### Assignment
The data below holds the lines to copy: everything from the line containing "f 107 103 109" to the line containing "f 79 75 112", both ends included, set down exactly.

↓↓↓

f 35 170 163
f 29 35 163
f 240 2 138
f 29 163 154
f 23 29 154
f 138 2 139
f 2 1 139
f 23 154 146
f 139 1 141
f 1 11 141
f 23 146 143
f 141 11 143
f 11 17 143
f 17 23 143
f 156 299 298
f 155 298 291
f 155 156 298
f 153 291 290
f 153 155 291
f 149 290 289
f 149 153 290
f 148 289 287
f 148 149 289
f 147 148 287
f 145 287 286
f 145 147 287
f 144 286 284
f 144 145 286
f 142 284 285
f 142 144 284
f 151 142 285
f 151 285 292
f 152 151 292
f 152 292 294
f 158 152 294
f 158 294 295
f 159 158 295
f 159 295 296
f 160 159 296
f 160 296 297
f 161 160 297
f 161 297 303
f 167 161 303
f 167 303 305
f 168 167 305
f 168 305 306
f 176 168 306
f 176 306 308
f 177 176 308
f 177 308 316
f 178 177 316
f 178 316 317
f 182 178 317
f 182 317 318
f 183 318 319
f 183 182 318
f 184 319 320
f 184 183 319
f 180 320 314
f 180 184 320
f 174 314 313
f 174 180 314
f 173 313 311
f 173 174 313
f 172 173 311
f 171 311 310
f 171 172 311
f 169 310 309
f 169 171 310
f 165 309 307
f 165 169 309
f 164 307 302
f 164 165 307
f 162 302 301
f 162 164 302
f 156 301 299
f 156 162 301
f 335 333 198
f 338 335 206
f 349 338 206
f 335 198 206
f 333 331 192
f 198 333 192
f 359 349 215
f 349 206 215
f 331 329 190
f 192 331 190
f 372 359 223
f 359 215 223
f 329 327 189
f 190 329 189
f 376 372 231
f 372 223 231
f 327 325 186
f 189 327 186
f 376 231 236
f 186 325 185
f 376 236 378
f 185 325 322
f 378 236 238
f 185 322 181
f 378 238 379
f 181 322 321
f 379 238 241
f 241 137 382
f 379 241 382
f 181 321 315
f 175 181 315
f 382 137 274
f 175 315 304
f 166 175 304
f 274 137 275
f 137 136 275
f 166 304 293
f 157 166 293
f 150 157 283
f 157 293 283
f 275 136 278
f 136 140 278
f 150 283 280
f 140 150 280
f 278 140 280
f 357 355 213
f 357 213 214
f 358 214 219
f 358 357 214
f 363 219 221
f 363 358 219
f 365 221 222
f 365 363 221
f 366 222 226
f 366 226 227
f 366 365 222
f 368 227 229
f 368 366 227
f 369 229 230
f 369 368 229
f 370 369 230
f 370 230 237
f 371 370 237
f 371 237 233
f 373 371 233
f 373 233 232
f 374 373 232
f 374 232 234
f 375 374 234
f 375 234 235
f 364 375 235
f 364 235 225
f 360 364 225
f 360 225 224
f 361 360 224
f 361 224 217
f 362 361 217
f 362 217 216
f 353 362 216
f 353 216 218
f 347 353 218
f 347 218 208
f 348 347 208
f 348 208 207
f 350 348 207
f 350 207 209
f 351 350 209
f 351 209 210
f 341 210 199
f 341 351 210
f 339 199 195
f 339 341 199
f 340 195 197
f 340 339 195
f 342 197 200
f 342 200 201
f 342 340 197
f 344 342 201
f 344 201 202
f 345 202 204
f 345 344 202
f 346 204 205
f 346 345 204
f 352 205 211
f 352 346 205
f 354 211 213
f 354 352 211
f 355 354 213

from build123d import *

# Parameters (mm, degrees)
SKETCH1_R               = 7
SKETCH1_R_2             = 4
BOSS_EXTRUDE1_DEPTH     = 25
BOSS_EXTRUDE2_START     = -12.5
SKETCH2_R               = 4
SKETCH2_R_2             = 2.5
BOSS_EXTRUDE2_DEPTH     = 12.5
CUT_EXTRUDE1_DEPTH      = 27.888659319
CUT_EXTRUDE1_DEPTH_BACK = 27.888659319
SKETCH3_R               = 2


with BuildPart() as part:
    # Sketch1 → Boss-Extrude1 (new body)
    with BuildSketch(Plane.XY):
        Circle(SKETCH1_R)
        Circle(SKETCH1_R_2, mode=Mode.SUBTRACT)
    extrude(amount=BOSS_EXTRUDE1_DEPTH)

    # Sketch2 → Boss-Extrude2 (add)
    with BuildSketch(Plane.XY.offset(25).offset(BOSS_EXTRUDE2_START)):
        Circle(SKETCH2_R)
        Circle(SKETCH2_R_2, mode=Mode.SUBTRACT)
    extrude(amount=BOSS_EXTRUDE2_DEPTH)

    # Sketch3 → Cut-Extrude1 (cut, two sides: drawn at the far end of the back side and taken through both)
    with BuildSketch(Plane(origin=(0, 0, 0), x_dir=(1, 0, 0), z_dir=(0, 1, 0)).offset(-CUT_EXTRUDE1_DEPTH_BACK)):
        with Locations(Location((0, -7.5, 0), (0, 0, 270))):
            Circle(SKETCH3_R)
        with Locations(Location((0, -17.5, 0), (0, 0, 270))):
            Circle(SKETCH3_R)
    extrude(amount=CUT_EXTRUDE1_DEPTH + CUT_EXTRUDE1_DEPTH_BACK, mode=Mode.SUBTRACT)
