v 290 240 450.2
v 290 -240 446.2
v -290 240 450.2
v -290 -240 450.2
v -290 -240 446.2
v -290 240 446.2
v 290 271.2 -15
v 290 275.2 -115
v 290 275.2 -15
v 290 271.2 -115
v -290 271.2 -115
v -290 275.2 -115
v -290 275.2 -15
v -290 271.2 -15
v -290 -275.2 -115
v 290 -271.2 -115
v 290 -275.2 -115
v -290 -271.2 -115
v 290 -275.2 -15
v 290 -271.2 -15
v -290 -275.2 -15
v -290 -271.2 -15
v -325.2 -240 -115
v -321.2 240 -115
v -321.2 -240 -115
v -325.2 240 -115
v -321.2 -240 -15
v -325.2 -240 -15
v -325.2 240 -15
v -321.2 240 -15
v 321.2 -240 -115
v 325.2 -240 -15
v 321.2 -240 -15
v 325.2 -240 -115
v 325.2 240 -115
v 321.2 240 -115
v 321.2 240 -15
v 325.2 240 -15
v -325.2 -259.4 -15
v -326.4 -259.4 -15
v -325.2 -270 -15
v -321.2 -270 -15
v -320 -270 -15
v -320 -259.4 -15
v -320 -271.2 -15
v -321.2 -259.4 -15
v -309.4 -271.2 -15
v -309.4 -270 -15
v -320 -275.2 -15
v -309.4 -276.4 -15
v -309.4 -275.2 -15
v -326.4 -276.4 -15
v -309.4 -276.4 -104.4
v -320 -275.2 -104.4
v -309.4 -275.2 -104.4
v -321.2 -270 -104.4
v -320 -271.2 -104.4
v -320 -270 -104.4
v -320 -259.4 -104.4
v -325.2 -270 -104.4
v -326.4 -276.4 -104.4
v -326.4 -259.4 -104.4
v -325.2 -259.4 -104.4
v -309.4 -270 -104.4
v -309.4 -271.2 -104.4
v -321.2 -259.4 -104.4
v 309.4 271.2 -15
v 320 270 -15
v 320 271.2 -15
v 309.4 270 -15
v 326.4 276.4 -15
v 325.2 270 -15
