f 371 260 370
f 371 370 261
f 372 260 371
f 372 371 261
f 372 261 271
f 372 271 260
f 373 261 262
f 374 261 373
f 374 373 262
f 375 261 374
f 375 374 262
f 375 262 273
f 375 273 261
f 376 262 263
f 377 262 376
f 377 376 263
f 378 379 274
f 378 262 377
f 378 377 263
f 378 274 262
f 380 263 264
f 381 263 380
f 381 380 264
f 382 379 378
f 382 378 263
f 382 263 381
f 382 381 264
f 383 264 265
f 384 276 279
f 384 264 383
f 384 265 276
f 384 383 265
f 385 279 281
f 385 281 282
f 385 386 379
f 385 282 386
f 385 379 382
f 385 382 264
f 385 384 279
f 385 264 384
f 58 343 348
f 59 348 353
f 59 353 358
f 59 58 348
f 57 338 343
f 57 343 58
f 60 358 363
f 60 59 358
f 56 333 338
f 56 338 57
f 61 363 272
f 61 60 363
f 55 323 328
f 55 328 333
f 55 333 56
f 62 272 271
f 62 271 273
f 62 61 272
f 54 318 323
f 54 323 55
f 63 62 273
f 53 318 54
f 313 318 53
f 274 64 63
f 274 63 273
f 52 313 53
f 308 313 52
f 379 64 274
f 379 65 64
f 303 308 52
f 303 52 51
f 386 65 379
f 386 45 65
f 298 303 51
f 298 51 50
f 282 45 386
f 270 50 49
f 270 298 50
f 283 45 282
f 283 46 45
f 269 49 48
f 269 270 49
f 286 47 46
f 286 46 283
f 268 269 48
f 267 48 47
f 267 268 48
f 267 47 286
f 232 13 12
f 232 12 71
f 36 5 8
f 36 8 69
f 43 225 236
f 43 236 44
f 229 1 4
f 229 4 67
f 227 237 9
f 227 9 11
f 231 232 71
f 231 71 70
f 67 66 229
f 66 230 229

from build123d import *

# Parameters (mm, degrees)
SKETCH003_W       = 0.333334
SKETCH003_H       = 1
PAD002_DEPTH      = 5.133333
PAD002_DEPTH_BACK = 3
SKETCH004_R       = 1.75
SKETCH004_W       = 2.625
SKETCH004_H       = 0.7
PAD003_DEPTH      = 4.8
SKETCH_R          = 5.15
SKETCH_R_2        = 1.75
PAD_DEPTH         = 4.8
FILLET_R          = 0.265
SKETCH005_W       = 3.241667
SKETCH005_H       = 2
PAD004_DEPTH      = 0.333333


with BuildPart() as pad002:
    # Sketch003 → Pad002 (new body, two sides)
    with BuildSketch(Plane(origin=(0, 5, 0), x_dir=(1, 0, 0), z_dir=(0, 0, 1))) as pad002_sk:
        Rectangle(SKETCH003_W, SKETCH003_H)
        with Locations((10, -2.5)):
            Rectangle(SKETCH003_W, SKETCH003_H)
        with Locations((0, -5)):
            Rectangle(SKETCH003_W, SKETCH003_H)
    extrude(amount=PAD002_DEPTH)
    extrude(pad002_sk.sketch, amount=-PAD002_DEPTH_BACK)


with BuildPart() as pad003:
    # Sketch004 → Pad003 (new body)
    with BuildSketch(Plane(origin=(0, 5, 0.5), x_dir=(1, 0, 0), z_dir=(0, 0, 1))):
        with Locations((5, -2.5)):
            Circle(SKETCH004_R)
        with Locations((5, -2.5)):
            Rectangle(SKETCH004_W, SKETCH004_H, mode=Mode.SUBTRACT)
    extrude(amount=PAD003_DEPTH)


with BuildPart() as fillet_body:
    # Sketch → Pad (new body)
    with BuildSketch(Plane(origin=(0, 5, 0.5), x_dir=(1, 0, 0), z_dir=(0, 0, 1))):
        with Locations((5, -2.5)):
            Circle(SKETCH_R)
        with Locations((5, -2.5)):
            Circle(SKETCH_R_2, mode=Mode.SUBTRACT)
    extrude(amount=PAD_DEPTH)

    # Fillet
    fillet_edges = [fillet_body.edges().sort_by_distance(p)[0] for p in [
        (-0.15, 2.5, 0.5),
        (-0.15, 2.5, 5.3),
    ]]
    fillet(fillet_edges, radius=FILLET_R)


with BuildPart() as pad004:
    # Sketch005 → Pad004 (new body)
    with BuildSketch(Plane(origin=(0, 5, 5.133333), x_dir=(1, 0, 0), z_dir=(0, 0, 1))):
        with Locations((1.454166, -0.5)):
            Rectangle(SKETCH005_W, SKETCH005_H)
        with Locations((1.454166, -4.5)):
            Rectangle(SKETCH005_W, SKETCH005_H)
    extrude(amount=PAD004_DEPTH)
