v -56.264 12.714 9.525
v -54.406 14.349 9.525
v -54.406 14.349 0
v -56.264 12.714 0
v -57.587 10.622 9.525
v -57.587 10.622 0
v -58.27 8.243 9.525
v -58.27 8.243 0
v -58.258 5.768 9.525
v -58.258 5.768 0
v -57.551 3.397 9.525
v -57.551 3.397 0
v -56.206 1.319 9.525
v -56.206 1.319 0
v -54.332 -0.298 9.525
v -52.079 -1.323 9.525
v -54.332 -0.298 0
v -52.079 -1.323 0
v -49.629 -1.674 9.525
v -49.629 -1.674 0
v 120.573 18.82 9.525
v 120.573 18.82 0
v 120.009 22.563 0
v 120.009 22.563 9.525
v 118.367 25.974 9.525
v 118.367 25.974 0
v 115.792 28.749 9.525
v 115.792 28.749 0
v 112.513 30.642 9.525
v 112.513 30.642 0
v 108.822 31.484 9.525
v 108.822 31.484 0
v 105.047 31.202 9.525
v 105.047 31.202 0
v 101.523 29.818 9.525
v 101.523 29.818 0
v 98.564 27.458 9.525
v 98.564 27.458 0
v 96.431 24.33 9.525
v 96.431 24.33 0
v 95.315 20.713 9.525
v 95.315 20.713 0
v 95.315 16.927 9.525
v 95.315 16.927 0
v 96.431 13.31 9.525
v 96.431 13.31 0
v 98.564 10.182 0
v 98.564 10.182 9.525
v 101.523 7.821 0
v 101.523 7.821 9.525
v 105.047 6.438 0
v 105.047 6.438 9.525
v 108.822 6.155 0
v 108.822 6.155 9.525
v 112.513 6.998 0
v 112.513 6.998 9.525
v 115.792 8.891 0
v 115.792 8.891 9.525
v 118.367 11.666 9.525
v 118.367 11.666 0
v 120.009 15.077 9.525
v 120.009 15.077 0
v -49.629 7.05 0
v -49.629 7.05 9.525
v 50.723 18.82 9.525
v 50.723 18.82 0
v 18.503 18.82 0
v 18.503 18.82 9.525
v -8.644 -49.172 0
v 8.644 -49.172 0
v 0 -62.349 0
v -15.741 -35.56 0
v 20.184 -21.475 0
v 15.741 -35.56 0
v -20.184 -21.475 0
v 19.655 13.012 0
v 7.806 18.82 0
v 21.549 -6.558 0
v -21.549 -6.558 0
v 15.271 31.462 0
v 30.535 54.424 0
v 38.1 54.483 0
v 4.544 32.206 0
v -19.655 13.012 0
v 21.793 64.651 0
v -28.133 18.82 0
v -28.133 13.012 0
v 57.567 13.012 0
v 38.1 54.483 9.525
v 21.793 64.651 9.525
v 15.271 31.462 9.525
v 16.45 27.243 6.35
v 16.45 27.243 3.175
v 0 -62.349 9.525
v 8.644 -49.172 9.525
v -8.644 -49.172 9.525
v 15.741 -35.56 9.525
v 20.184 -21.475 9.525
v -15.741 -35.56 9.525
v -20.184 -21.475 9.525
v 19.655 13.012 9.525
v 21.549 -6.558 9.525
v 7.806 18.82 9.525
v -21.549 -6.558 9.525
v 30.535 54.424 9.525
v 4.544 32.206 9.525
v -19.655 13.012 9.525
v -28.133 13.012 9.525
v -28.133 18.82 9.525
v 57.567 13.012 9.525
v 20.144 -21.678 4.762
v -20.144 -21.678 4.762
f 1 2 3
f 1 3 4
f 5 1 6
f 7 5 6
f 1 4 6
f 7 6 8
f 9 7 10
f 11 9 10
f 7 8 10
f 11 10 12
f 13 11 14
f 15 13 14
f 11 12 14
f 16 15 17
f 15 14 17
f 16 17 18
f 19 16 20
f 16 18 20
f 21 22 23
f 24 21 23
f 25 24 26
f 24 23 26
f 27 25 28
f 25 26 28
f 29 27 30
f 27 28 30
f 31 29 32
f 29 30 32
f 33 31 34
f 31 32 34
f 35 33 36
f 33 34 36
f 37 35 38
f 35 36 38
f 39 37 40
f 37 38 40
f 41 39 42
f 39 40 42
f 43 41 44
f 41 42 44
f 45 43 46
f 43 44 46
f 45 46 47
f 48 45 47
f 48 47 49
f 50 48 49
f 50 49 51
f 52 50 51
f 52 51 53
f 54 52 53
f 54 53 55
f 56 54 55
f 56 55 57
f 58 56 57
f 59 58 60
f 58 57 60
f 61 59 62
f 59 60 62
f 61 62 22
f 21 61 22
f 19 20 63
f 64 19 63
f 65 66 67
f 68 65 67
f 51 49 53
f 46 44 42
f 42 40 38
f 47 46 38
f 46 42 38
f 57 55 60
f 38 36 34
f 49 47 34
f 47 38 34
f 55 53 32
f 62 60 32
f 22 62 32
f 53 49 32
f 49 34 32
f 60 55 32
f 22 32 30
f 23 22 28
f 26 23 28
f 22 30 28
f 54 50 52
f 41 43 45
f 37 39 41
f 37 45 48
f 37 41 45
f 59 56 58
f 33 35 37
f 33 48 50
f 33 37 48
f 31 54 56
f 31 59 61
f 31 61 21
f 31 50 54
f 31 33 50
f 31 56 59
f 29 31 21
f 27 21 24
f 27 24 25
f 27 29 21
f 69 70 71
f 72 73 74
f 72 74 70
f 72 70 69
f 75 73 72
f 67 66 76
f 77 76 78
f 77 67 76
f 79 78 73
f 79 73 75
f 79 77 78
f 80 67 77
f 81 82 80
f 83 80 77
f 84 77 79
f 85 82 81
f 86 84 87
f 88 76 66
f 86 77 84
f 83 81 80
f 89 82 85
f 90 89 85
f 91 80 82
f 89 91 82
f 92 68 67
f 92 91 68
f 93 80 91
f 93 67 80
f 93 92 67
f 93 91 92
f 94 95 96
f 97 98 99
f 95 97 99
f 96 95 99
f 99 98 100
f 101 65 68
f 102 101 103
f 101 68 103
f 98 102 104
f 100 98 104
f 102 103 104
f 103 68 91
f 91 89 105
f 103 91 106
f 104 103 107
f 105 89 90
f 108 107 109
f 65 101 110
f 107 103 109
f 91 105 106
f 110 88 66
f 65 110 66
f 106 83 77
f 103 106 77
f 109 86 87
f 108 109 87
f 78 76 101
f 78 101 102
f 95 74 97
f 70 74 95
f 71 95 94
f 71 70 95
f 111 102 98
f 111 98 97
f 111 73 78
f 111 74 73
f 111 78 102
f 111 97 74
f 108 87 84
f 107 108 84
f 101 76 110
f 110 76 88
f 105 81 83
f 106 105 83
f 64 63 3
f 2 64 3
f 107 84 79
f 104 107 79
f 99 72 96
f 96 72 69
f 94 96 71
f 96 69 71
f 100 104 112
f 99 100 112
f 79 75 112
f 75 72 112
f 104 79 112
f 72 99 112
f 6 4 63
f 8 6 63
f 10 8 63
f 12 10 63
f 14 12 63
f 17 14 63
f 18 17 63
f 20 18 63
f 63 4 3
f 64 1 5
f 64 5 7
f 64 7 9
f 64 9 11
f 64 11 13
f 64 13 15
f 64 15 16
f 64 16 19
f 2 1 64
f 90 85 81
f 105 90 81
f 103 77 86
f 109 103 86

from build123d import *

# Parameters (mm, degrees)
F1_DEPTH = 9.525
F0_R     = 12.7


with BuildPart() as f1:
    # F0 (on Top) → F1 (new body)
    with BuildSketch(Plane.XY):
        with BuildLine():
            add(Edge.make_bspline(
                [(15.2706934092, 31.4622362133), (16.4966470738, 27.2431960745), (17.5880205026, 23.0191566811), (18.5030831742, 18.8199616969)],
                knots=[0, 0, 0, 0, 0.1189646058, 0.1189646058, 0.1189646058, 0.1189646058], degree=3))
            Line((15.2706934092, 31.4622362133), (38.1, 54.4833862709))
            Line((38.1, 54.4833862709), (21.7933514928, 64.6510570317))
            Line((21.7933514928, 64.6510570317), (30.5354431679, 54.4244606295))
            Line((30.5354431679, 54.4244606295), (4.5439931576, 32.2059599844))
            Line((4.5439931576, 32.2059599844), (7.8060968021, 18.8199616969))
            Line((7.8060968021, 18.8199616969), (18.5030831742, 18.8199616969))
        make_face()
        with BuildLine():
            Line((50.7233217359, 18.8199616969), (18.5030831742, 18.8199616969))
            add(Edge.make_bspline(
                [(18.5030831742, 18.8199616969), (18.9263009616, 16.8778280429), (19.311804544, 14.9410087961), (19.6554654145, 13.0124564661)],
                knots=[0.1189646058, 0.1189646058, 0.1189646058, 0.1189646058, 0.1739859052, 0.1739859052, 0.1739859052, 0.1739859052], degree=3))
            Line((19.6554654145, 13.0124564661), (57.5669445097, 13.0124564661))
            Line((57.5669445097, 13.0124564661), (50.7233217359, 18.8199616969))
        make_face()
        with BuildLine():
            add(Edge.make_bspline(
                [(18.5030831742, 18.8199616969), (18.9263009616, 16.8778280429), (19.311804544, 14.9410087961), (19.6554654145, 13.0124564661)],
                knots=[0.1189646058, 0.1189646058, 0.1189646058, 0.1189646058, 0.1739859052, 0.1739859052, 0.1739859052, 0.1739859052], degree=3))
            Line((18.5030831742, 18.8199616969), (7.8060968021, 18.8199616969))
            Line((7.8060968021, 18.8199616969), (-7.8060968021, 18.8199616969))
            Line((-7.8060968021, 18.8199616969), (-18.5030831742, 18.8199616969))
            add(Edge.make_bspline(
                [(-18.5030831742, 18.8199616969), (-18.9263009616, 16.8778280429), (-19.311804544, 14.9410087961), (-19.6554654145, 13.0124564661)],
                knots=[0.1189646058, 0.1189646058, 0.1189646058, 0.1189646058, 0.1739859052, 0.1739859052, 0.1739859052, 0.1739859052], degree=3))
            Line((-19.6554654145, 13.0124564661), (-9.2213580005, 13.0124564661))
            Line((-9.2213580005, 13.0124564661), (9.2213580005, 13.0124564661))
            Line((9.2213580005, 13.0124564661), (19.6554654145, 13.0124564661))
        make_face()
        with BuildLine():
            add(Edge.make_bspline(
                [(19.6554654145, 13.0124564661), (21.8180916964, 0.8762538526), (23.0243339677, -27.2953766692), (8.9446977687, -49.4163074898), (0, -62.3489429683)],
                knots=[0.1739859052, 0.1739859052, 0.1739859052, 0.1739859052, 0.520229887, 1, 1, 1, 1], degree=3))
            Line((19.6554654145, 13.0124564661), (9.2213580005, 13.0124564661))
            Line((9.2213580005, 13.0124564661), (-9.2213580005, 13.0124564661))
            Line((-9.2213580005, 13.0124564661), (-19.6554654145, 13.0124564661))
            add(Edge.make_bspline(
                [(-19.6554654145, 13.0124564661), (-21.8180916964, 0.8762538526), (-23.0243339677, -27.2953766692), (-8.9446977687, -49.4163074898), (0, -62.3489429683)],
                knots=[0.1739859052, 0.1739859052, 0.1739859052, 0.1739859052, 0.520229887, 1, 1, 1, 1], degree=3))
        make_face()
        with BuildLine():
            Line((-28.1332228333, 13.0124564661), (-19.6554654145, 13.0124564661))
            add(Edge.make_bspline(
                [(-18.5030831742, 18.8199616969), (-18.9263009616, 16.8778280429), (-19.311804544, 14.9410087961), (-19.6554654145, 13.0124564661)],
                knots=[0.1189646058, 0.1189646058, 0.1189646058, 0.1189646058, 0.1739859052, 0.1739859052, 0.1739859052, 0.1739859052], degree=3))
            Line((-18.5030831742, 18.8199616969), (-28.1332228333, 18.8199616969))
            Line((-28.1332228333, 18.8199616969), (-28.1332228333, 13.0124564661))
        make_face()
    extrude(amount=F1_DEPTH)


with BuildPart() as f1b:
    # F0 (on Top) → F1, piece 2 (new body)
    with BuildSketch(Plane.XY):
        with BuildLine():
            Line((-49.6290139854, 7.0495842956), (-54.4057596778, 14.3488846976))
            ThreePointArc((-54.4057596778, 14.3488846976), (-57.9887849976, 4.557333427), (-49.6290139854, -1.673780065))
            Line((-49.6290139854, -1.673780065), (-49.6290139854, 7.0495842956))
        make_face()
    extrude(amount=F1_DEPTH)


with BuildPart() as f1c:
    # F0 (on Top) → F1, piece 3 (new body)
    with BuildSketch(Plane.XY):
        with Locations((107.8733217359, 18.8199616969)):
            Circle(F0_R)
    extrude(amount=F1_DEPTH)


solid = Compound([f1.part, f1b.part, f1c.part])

↑↑↑
↓↓↓

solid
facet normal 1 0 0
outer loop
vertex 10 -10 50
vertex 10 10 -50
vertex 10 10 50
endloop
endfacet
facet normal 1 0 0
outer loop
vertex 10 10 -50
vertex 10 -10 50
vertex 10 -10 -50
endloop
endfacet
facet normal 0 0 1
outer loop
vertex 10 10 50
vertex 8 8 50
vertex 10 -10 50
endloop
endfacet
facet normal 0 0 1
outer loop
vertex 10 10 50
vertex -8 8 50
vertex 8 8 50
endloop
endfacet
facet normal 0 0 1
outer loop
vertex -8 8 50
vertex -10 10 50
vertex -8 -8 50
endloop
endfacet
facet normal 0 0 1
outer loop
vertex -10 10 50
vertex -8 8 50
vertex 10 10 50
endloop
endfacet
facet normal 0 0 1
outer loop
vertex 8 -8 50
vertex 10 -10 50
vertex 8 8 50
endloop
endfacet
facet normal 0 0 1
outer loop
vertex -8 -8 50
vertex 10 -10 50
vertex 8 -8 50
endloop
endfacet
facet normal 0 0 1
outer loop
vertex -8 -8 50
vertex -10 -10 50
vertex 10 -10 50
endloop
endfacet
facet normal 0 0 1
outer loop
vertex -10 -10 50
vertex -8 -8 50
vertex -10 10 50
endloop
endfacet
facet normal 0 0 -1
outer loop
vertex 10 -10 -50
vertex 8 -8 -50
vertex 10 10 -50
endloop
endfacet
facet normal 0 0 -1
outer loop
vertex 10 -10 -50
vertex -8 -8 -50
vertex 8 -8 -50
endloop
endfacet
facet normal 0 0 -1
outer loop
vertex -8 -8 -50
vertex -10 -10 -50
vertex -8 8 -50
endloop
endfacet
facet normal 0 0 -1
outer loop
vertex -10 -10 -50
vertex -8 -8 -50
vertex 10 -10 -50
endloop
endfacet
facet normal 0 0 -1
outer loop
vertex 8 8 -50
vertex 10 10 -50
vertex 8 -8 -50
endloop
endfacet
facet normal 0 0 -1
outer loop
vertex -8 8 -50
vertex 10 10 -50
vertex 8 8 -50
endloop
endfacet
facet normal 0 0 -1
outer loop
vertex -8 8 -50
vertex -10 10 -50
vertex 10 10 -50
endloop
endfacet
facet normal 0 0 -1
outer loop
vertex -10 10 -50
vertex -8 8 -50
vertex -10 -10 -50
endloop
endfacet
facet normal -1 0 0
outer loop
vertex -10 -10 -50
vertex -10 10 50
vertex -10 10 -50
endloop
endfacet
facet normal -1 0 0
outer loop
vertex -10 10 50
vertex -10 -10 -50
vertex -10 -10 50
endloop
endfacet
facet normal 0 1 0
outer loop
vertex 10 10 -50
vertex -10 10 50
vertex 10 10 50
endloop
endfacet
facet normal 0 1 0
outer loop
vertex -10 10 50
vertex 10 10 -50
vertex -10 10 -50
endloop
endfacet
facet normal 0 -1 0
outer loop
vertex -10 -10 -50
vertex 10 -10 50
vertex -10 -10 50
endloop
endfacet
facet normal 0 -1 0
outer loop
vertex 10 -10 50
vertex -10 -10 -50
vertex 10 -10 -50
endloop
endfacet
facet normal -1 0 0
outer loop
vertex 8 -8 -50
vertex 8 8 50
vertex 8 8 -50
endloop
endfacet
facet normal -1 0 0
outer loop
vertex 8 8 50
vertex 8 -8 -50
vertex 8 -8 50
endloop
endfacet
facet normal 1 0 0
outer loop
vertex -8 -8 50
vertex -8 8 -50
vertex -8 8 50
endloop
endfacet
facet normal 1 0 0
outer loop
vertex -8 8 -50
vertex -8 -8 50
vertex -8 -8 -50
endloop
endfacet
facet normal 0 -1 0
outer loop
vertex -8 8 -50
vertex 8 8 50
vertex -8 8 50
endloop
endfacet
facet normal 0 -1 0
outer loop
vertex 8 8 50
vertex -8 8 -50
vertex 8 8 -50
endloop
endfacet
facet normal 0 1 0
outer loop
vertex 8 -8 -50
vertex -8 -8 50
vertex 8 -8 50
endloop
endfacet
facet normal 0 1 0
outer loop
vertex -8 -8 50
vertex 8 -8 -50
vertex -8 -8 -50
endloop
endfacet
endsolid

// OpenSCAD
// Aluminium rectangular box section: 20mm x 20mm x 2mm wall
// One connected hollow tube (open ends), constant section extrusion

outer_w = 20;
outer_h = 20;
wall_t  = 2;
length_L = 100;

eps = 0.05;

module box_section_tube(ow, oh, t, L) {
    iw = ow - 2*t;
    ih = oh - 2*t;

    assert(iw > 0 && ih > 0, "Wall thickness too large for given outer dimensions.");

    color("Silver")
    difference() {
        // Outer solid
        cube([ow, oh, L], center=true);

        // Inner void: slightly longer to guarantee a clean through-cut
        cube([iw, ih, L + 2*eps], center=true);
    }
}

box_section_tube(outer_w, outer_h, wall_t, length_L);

↑↑↑

### Solved exercise
f 107 103 109
f 91 105 106
f 110 88 66
f 65 110 66
f 106 83 77
f 103 106 77
f 109 86 87
f 108 109 87
f 78 76 101
f 78 101 102
f 95 74 97
f 70 74 95
f 71 95 94
f 71 70 95
f 111 102 98
f 111 98 97
f 111 73 78
f 111 74 73
f 111 78 102
f 111 97 74
f 108 87 84
f 107 108 84
f 101 76 110
f 110 76 88
f 105 81 83
f 106 105 83
f 64 63 3
f 2 64 3
f 107 84 79
f 104 107 79
f 99 72 96
f 96 72 69
f 94 96 71
f 96 69 71
f 100 104 112
f 99 100 112
f 79 75 112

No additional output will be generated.